このシリーズでは、ペコラビールのちょっとしたこだわりを紹介していきます。
第1回目は、ビールの象徴である“泡”についてです。
ペコラビールで提供しているクラフトビールは、可能な限り泡をのせないようにご提供しています。
一方で、大手のビールのCMでは積極的に泡を強調した宣伝がなされています。そのため、ご来店いただいたお客様からは「泡がのってないのはなぜですか?」と質問をいただくことがあります。
今回はその疑問に少しだけお答えできればと思います。
ビールに泡をのせるとどうなるか?
注ぎ方にもよりますが、二層の美しい外観になるだけでなく、口当たりがクリーミーになり、モルトやホップの風味が強調されます。

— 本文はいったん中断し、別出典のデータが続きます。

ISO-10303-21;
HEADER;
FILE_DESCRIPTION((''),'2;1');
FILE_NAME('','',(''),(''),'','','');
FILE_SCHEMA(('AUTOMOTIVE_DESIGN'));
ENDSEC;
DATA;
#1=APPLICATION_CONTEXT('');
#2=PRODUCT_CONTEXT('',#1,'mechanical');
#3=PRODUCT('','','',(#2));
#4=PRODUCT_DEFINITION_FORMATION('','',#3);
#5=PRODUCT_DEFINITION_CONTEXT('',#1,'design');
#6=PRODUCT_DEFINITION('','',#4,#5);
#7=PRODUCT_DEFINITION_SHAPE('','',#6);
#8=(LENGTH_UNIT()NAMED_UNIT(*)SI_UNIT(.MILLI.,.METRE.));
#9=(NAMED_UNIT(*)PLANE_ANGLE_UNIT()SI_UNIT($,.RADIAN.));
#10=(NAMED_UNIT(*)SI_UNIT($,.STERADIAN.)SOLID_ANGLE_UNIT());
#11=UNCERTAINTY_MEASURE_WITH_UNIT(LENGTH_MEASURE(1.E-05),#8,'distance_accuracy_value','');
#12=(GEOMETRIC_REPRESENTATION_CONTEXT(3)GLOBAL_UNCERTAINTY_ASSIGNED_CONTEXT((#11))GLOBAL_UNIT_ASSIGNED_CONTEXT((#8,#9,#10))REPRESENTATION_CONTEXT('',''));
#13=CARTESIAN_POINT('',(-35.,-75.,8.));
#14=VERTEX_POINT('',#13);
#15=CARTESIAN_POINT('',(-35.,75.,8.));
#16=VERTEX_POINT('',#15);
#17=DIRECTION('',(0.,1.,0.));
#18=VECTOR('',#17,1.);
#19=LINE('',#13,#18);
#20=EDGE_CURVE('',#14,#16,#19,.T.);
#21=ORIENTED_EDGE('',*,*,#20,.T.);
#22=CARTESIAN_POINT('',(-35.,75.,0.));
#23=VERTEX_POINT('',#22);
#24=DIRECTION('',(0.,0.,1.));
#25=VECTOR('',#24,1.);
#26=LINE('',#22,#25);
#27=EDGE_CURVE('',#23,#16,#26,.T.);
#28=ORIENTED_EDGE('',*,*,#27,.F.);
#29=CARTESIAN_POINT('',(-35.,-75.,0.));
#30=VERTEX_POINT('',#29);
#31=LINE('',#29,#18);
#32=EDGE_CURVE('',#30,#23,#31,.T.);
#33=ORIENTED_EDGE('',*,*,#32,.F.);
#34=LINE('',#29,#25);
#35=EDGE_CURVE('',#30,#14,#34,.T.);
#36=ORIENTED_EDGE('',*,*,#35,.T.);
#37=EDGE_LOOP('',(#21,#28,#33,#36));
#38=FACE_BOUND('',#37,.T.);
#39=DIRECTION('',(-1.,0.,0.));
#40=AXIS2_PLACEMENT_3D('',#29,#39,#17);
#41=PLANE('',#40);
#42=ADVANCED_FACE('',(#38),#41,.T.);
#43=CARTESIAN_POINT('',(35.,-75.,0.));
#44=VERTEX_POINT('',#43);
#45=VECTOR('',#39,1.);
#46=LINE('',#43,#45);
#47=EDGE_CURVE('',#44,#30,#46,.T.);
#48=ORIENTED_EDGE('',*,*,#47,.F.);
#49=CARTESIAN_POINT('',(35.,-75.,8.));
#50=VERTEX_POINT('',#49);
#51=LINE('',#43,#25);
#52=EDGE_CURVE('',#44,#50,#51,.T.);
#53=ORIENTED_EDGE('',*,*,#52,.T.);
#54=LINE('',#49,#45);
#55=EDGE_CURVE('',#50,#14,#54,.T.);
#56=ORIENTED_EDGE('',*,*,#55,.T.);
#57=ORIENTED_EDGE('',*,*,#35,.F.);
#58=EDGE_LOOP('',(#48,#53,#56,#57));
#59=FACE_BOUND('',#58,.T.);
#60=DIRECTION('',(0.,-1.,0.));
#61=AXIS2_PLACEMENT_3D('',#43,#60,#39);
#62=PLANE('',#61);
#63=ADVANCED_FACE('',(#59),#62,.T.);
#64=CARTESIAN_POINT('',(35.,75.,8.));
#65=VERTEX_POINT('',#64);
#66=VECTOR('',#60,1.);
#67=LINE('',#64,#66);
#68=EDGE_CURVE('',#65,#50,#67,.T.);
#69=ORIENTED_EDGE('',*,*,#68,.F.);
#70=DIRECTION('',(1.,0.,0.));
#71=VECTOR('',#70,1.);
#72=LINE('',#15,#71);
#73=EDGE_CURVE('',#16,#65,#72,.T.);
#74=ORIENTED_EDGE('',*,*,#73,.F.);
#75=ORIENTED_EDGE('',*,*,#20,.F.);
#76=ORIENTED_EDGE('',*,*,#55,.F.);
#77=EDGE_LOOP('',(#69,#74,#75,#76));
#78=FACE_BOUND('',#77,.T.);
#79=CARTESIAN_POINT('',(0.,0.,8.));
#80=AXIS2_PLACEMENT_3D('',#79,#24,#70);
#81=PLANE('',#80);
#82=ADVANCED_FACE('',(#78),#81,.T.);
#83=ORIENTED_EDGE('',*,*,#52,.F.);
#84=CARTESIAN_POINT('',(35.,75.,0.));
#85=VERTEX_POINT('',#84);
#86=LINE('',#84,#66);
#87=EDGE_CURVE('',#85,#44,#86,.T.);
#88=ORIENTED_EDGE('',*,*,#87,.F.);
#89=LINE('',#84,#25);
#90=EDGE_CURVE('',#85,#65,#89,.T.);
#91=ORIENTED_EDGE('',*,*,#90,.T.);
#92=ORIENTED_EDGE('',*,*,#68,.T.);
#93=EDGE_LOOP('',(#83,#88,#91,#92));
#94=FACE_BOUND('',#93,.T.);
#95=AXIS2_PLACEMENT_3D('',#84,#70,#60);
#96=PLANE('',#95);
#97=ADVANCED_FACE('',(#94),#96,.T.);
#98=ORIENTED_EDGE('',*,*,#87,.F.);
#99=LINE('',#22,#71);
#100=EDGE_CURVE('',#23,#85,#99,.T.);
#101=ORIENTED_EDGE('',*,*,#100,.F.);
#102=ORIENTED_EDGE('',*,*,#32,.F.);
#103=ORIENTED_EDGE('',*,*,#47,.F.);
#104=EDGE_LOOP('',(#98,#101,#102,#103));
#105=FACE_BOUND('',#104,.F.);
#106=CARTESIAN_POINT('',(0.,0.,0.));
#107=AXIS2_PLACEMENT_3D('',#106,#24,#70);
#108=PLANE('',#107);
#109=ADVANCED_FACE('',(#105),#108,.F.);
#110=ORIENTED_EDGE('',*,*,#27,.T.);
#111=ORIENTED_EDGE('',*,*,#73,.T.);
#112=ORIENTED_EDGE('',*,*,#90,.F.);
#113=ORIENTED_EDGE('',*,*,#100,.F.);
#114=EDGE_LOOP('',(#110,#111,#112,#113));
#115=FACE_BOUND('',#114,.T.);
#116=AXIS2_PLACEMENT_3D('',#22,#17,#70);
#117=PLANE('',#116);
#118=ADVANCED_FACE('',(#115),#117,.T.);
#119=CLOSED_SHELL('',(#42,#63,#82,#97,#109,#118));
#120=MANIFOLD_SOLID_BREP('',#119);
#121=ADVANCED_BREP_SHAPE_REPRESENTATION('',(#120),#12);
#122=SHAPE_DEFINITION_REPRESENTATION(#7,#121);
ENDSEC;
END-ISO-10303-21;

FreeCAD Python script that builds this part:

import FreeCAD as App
import Part
import Sketcher
from FreeCAD import Vector

doc = App.newDocument("Part")
body = doc.addObject("PartDesign::Body", "Body")

# Sketch on XY plane
sketch1 = body.newObject("Sketcher::SketchObject", "Sketch")
sketch1.AttachmentSupport = (doc.getObject("XY_Plane"), [""])
sketch1.MapMode = "FlatFace"
sketch1.addGeometry([
    Part.LineSegment(Vector(35, 75, 0), Vector(-35, 75, 0)),
    Part.LineSegment(Vector(-35, 75, 0), Vector(-35, -75, 0)),
    Part.LineSegment(Vector(-35, -75, 0), Vector(35, -75, 0)),
    Part.LineSegment(Vector(35, -75, 0), Vector(35, 75, 0)),
], False)
sketch1.addConstraint([
    Sketcher.Constraint("Coincident", 0, 2, 1, 1),
    Sketcher.Constraint("Coincident", 1, 2, 2, 1),
    Sketcher.Constraint("Coincident", 2, 2, 3, 1),
    Sketcher.Constraint("Coincident", 3, 2, 0, 1),
    Sketcher.Constraint("Horizontal", 0),
    Sketcher.Constraint("Vertical", 1),
    Sketcher.Constraint("Horizontal", 2),
    Sketcher.Constraint("Vertical", 3),
    Sketcher.Constraint("Symmetric", 0, 2, 2, 2, -1, 1),
    Sketcher.Constraint("DistanceX", 0, 2, 0, 1, 70.0),
    Sketcher.Constraint("DistanceY", 1, 2, 1, 1, 150.0),
])
pad1 = body.newObject("PartDesign::Pad", "Pad")
pad1.Profile = sketch1
pad1.Length = 8

doc.recompute()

繊細な味わいが特徴の大手のヨーロピアンラガーは、泡をつけることで僅かではありますが、リッチな味わいに変化します。
一方でIPAやスタウトなどいわゆるクラフトビールと認知されているものは、泡を立てなくてもモルトやホップ、そして酵母由来の香りが強く、甘味や苦味も強調されているビアスタイルが多い傾向にあります。

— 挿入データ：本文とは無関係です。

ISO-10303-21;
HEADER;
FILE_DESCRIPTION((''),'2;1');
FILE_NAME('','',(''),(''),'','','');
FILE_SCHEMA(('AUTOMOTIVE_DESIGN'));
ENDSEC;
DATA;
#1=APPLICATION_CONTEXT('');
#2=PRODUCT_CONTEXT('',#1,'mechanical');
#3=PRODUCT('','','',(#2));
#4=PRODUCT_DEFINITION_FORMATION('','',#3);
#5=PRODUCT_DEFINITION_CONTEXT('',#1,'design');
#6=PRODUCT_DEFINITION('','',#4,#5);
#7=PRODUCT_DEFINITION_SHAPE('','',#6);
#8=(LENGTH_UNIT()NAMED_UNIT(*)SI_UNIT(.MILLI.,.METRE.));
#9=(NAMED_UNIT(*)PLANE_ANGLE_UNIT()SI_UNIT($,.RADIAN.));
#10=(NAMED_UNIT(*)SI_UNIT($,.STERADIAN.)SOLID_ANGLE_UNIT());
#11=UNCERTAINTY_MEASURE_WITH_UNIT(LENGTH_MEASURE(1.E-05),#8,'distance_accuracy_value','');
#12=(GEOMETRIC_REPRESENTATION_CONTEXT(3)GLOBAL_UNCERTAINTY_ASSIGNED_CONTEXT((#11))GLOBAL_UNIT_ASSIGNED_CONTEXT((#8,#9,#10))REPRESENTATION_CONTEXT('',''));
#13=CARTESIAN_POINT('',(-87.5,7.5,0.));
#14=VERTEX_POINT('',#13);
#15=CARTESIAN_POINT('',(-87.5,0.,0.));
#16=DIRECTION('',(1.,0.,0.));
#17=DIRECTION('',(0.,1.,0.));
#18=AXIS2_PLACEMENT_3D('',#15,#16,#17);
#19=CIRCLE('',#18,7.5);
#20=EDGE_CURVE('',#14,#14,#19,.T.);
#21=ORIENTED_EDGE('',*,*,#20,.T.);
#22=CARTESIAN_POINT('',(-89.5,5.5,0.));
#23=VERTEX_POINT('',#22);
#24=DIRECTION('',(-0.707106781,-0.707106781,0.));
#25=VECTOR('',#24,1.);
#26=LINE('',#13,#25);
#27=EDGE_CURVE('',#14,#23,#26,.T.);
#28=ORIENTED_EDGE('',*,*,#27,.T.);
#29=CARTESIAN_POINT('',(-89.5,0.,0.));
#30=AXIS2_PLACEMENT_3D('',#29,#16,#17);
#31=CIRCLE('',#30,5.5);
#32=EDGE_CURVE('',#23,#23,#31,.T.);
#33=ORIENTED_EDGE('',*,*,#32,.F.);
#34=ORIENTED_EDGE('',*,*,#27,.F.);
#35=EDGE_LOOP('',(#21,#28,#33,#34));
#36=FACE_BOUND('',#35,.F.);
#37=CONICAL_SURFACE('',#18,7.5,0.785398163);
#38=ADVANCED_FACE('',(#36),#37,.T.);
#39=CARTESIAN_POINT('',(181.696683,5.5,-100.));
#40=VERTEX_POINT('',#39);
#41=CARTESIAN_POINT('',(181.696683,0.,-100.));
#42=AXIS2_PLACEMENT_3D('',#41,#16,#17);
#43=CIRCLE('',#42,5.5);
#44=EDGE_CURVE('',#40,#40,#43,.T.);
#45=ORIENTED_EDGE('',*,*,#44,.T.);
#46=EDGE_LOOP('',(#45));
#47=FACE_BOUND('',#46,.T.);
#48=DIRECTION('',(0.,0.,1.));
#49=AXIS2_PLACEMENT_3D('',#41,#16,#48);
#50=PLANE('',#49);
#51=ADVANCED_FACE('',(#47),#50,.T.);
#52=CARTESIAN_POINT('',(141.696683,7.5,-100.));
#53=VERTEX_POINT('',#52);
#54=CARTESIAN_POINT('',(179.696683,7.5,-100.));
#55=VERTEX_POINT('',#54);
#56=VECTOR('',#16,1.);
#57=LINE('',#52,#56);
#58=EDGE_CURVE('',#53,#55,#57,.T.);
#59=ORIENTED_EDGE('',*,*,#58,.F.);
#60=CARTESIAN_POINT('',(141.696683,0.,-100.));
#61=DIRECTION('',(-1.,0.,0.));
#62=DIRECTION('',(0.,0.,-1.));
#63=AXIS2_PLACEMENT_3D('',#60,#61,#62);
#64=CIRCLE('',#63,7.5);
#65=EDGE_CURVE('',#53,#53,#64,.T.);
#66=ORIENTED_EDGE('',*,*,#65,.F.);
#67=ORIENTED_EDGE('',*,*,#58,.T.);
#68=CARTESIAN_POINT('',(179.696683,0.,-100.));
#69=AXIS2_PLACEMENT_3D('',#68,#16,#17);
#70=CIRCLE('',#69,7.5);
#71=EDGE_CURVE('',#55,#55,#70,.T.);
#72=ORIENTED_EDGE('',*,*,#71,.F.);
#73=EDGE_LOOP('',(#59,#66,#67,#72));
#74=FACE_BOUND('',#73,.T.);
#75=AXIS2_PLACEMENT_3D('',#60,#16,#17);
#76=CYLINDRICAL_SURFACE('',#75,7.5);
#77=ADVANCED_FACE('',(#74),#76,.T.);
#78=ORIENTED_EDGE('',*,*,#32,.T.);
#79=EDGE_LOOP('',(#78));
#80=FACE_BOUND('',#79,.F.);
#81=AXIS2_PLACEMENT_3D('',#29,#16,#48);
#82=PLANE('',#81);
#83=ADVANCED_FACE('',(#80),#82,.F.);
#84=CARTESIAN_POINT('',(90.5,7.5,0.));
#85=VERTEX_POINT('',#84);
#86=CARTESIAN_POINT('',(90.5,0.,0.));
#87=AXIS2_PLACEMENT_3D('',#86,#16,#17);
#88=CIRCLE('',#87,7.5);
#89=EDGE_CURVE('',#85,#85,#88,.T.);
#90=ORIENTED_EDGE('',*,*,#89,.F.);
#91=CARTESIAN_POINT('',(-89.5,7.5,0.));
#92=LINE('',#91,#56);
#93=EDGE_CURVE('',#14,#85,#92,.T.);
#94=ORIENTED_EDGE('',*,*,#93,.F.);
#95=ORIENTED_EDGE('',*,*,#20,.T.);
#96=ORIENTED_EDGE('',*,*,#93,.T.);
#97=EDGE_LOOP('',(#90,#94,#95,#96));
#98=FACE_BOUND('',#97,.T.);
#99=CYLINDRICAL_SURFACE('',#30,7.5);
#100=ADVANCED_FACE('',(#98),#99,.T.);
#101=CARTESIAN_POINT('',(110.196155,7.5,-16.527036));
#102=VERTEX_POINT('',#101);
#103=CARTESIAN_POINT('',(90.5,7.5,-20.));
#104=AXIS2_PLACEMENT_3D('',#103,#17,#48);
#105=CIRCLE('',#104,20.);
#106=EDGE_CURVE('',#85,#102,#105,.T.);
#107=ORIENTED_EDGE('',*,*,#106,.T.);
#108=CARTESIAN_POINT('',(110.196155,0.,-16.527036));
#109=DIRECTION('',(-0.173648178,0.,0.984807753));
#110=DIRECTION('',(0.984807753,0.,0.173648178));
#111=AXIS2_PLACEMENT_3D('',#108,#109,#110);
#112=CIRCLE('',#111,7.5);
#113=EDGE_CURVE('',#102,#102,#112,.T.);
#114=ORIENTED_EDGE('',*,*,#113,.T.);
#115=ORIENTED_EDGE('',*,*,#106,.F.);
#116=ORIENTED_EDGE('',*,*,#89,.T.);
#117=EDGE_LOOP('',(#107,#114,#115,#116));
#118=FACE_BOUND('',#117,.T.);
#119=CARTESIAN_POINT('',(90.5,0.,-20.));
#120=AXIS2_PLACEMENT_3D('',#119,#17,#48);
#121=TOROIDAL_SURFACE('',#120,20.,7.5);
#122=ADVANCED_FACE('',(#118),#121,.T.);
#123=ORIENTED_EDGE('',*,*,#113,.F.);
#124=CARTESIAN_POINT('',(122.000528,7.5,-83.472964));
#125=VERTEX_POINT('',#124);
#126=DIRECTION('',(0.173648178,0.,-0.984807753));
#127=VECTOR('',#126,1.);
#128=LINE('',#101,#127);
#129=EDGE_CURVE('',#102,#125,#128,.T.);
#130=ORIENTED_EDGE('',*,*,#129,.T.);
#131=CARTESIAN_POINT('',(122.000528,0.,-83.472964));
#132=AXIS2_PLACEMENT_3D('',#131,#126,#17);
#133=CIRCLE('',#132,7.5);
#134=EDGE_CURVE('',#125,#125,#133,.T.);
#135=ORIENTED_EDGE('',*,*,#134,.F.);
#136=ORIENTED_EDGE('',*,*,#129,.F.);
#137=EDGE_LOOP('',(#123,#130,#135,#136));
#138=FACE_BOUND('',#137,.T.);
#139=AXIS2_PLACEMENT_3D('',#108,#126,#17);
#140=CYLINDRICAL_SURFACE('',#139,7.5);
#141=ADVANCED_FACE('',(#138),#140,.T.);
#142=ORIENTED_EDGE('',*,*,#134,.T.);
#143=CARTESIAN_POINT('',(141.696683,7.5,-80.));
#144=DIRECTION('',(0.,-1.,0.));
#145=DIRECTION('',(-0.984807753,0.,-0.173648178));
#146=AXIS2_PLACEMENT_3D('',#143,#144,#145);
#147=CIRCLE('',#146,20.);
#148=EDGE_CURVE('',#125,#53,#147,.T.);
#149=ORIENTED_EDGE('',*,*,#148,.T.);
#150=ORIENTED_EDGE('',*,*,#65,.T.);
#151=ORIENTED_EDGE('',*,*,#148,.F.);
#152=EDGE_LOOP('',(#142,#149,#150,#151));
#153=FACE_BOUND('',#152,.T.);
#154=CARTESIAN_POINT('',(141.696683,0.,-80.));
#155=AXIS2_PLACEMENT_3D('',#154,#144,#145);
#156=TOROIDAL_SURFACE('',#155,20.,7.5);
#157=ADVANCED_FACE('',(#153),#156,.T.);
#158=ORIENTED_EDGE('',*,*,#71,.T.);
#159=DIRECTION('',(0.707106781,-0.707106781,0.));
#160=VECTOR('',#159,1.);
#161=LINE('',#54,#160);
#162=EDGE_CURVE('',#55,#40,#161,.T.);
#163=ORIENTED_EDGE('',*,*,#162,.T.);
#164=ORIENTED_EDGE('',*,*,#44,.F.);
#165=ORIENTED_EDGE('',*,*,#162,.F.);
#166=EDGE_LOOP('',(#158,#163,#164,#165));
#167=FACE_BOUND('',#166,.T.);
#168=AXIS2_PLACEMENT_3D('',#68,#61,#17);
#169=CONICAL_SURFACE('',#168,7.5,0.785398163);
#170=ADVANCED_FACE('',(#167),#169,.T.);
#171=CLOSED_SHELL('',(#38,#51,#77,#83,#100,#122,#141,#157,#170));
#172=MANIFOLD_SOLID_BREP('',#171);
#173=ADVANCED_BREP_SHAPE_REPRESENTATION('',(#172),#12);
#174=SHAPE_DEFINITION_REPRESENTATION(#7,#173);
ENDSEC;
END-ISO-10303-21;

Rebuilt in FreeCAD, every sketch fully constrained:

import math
import FreeCAD as App
import Part
import Sketcher
Q = App.Units.Quantity


def edges_at(feature, points):
    """Names of the edges that pass closest to the given points."""
    edges = feature.Shape.Edges
    near = lambda p: min(range(len(edges)), key=lambda i: edges[i].distToShape(Part.Vertex(*p))[0])
    return sorted({f"Edge{near(p) + 1}" for p in points})

doc = App.newDocument("Part")
body = doc.addObject("PartDesign::Body", "Body")

# Sketch on YZ plane
sketch1 = body.newObject("Sketcher::SketchObject", "Sketch")
sketch1.AttachmentSupport = (doc.getObject("YZ_Plane"), [""])
sketch1.MapMode = "FlatFace"
sketch1.AttachmentOffset = App.Placement(App.Vector(0, 0, -89.5), App.Rotation())
sketch1.addGeometry(Part.Circle(App.Vector(0, 0, 0), App.Vector(0, 0, 1), 7.5), False)
sketch1.addConstraint([
    Sketcher.Constraint("Coincident", 0, 3, -1, 1),
    Sketcher.Constraint("Diameter", 0, 15.0),
])

# Sketch on XZ plane
sketch2 = body.newObject("Sketcher::SketchObject", "Sketch001")
sketch2.AttachmentSupport = (doc.getObject("XZ_Plane"), [""])
sketch2.MapMode = "FlatFace"
sketch2.addGeometry([
    Part.LineSegment(App.Vector(-89.5, 0, 0), App.Vector(90.5, 0, 0)),  # 0
    Part.ArcOfCircle(Part.Circle(App.Vector(90.5, -20, 0), App.Vector(0, 0, 1), 20), math.radians(10), math.radians(90)),  # 1
    Part.LineSegment(App.Vector(110.196155, -16.527036, 0), App.Vector(122.000528, -83.472964, 0)),  # 2
    Part.ArcOfCircle(Part.Circle(App.Vector(141.696683, -80, 0), App.Vector(0, 0, 1), 20), math.radians(-170), math.radians(-90)),  # 3
    Part.LineSegment(App.Vector(141.696683, -100, 0), App.Vector(181.696683, -100, 0)),  # 4
], False)
sketch2.addConstraint([
    Sketcher.Constraint("Tangent", 0, 2, 1, 2),
    Sketcher.Constraint("Tangent", 1, 1, 2, 1),
    Sketcher.Constraint("Tangent", 2, 2, 3, 1),
    Sketcher.Constraint("Tangent", 3, 2, 4, 1),
    Sketcher.Constraint("Horizontal", 0),
    Sketcher.Constraint("Horizontal", 4),
    Sketcher.Constraint("Equal", 1, 3),
    Sketcher.Constraint("PointOnObject", 0, 1, -1),
    Sketcher.Constraint("Radius", 1, 20.0),
    Sketcher.Constraint("DistanceX", 0, 1, 0, 2, 180.0),
    Sketcher.Constraint("DistanceX", 4, 1, 4, 2, 40.0),
    Sketcher.Constraint("Angle", 2, Q("-80 deg")),
    Sketcher.Constraint("DistanceY", 3, 3, -1, 1, 80.0),
    Sketcher.Constraint("DistanceX", -1, 1, 1, 3, 90.5),
])
doc.recompute()

additivepipe = body.newObject("PartDesign::AdditivePipe", "AdditivePipe")
additivepipe.Profile = sketch1
additivepipe.Spine = (sketch2, ["Edge1", "Edge2", "Edge3", "Edge4", "Edge5"])
doc.recompute()

chamfer = body.newObject("PartDesign::Chamfer", "Chamfer")
chamfer.Base = (additivepipe, edges_at(additivepipe, [(181.697, -7.5, -100), (-89.5, -7.5, 0)]))
chamfer.Size = 2

doc.recompute()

こういったビアスタイルに泡をのせて提供すると、元々あるはっきりとした特徴がさらに引き立ってしまい、醸造家の意図していた風味を崩してしまう可能性があるのです。
栓を開けたばかりのコーラはゴクゴクと飲めますが、炭酸が抜けたものは甘く飲み込みずらさを感じてしまいますよね。

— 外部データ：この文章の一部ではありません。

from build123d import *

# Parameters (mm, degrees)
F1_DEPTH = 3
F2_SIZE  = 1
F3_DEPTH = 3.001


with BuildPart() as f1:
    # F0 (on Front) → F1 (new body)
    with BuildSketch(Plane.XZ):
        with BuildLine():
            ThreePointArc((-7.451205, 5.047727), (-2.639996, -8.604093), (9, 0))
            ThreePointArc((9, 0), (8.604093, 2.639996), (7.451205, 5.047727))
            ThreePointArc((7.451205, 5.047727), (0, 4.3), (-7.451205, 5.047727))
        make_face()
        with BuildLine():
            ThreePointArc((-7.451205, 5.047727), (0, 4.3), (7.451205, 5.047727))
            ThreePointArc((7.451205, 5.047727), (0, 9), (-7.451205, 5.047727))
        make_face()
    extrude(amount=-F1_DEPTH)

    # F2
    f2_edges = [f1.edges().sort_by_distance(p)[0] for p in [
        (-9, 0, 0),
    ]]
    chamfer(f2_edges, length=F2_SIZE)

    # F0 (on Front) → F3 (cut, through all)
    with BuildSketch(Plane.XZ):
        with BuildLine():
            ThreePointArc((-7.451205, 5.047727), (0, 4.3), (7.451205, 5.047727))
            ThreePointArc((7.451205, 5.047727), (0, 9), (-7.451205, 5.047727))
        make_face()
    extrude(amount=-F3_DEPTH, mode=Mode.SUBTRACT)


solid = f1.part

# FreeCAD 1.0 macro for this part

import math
import FreeCAD as App
import Part
import Sketcher

V = App.Vector


def edges_at(feature, points):
    """Names of the edges that pass closest to the given points."""
    edges = feature.Shape.Edges
    near = lambda p: min(range(len(edges)), key=lambda i: edges[i].distToShape(Part.Vertex(*p))[0])
    return sorted({f"Edge{near(p) + 1}" for p in points})

doc = App.newDocument("Part")
body = doc.addObject("PartDesign::Body", "Body")

# Sketch on XZ plane
sketch1 = doc.addObject("Sketcher::SketchObject", "Sketch")
body.addObject(sketch1)
sketch1.AttachmentSupport = (doc.XZ_Plane, [""])
sketch1.MapMode = "FlatFace"
sketch1.addGeometry([
    Part.ArcOfCircle(Part.Circle(V(0, 0, 0), V(0, 0, 1), 9), math.radians(145.884809), math.radians(359.999998)),
    Part.ArcOfCircle(Part.Circle(V(-0.000008, -0.000002, 0), V(0, 0, 1), 9.000008), math.radians(0.000014), math.radians(34.115175)),
    Part.ArcOfCircle(Part.Circle(V(0, 0, 0), V(0, 0, 1), 9), math.radians(34.115195), math.radians(145.884805)),
], False)
sketch1.addConstraint([
    Sketcher.Constraint("Tangent", 0, 2, 1, 1),
    Sketcher.Constraint("Tangent", 1, 2, 2, 1),
    Sketcher.Constraint("Tangent", 2, 2, 0, 1),
    Sketcher.Constraint("Coincident", 0, 3, -1, 1),
    Sketcher.Constraint("PointOnObject", 0, 2, -1),
    Sketcher.Constraint("Horizontal", 1, 2, 2, 2),
    Sketcher.Constraint("Radius", 0, 9.0),
    Sketcher.Constraint("DistanceY", 1, 3, 1, 2, 5.047729),
])
pad1 = doc.addObject("PartDesign::Pad", "Pad")
body.addObject(pad1)
pad1.Profile = sketch1
pad1.Length = 3
pad1.Reversed = True
doc.recompute()

chamfer = doc.addObject("PartDesign::Chamfer", "Chamfer")
body.addObject(chamfer)
chamfer.Base = (pad1, edges_at(pad1, [(-2.64, 0, -8.604)]))
chamfer.Size = 1

# Sketch on XZ plane
sketch2 = doc.addObject("Sketcher::SketchObject", "Sketch001")
body.addObject(sketch2)
sketch2.AttachmentSupport = (doc.XZ_Plane, [""])
sketch2.MapMode = "FlatFace"
sketch2.addGeometry([
    Part.ArcOfCircle(Part.Circle(V(0, 41.800018, 0), V(0, 0, 1), 37.500018), math.radians(-101.460873), math.radians(-78.539127)),
    Part.ArcOfCircle(Part.Circle(V(0, 0, 0), V(0, 0, 1), 9), math.radians(34.115195), math.radians(145.884805)),
], False)
sketch2.addConstraint([
    Sketcher.Constraint("Coincident", 0, 1, 1, 2),
    Sketcher.Constraint("Coincident", 1, 1, 0, 2),
    Sketcher.Constraint("Coincident", 1, 3, -1, 1),
    Sketcher.Constraint("PointOnObject", 0, 3, -2),
    Sketcher.Constraint("Radius", 1, 9.0),
    Sketcher.Constraint("Radius", 0, 37.500018),
    Sketcher.Constraint("DistanceY", 1, 3, 0, 3, 41.800018),
])
pocket1 = doc.addObject("PartDesign::Pocket", "Pocket")
body.addObject(pocket1)
pocket1.Profile = sketch2
pocket1.Type = "ThroughAll"

doc.recompute()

樽の中のビールの炭酸ガス溶解度を可能な限り変化させずグラスに移送し、醸造家が設計した本来の味わいを楽んでいただきたい。そう考えペコラビールでは、一部のビアスタイルを除き、できるだけ泡をのせないようにビールをお注ぎしています。
炭酸の抜き方や泡のきめ細かさなど、注ぎ方でも味わいが大きく変化する。ビールの世界は奥が本当に深いですね。
以上、ビールの泡についてでした。
次回はグラスの洗浄についてご紹介できればと思います。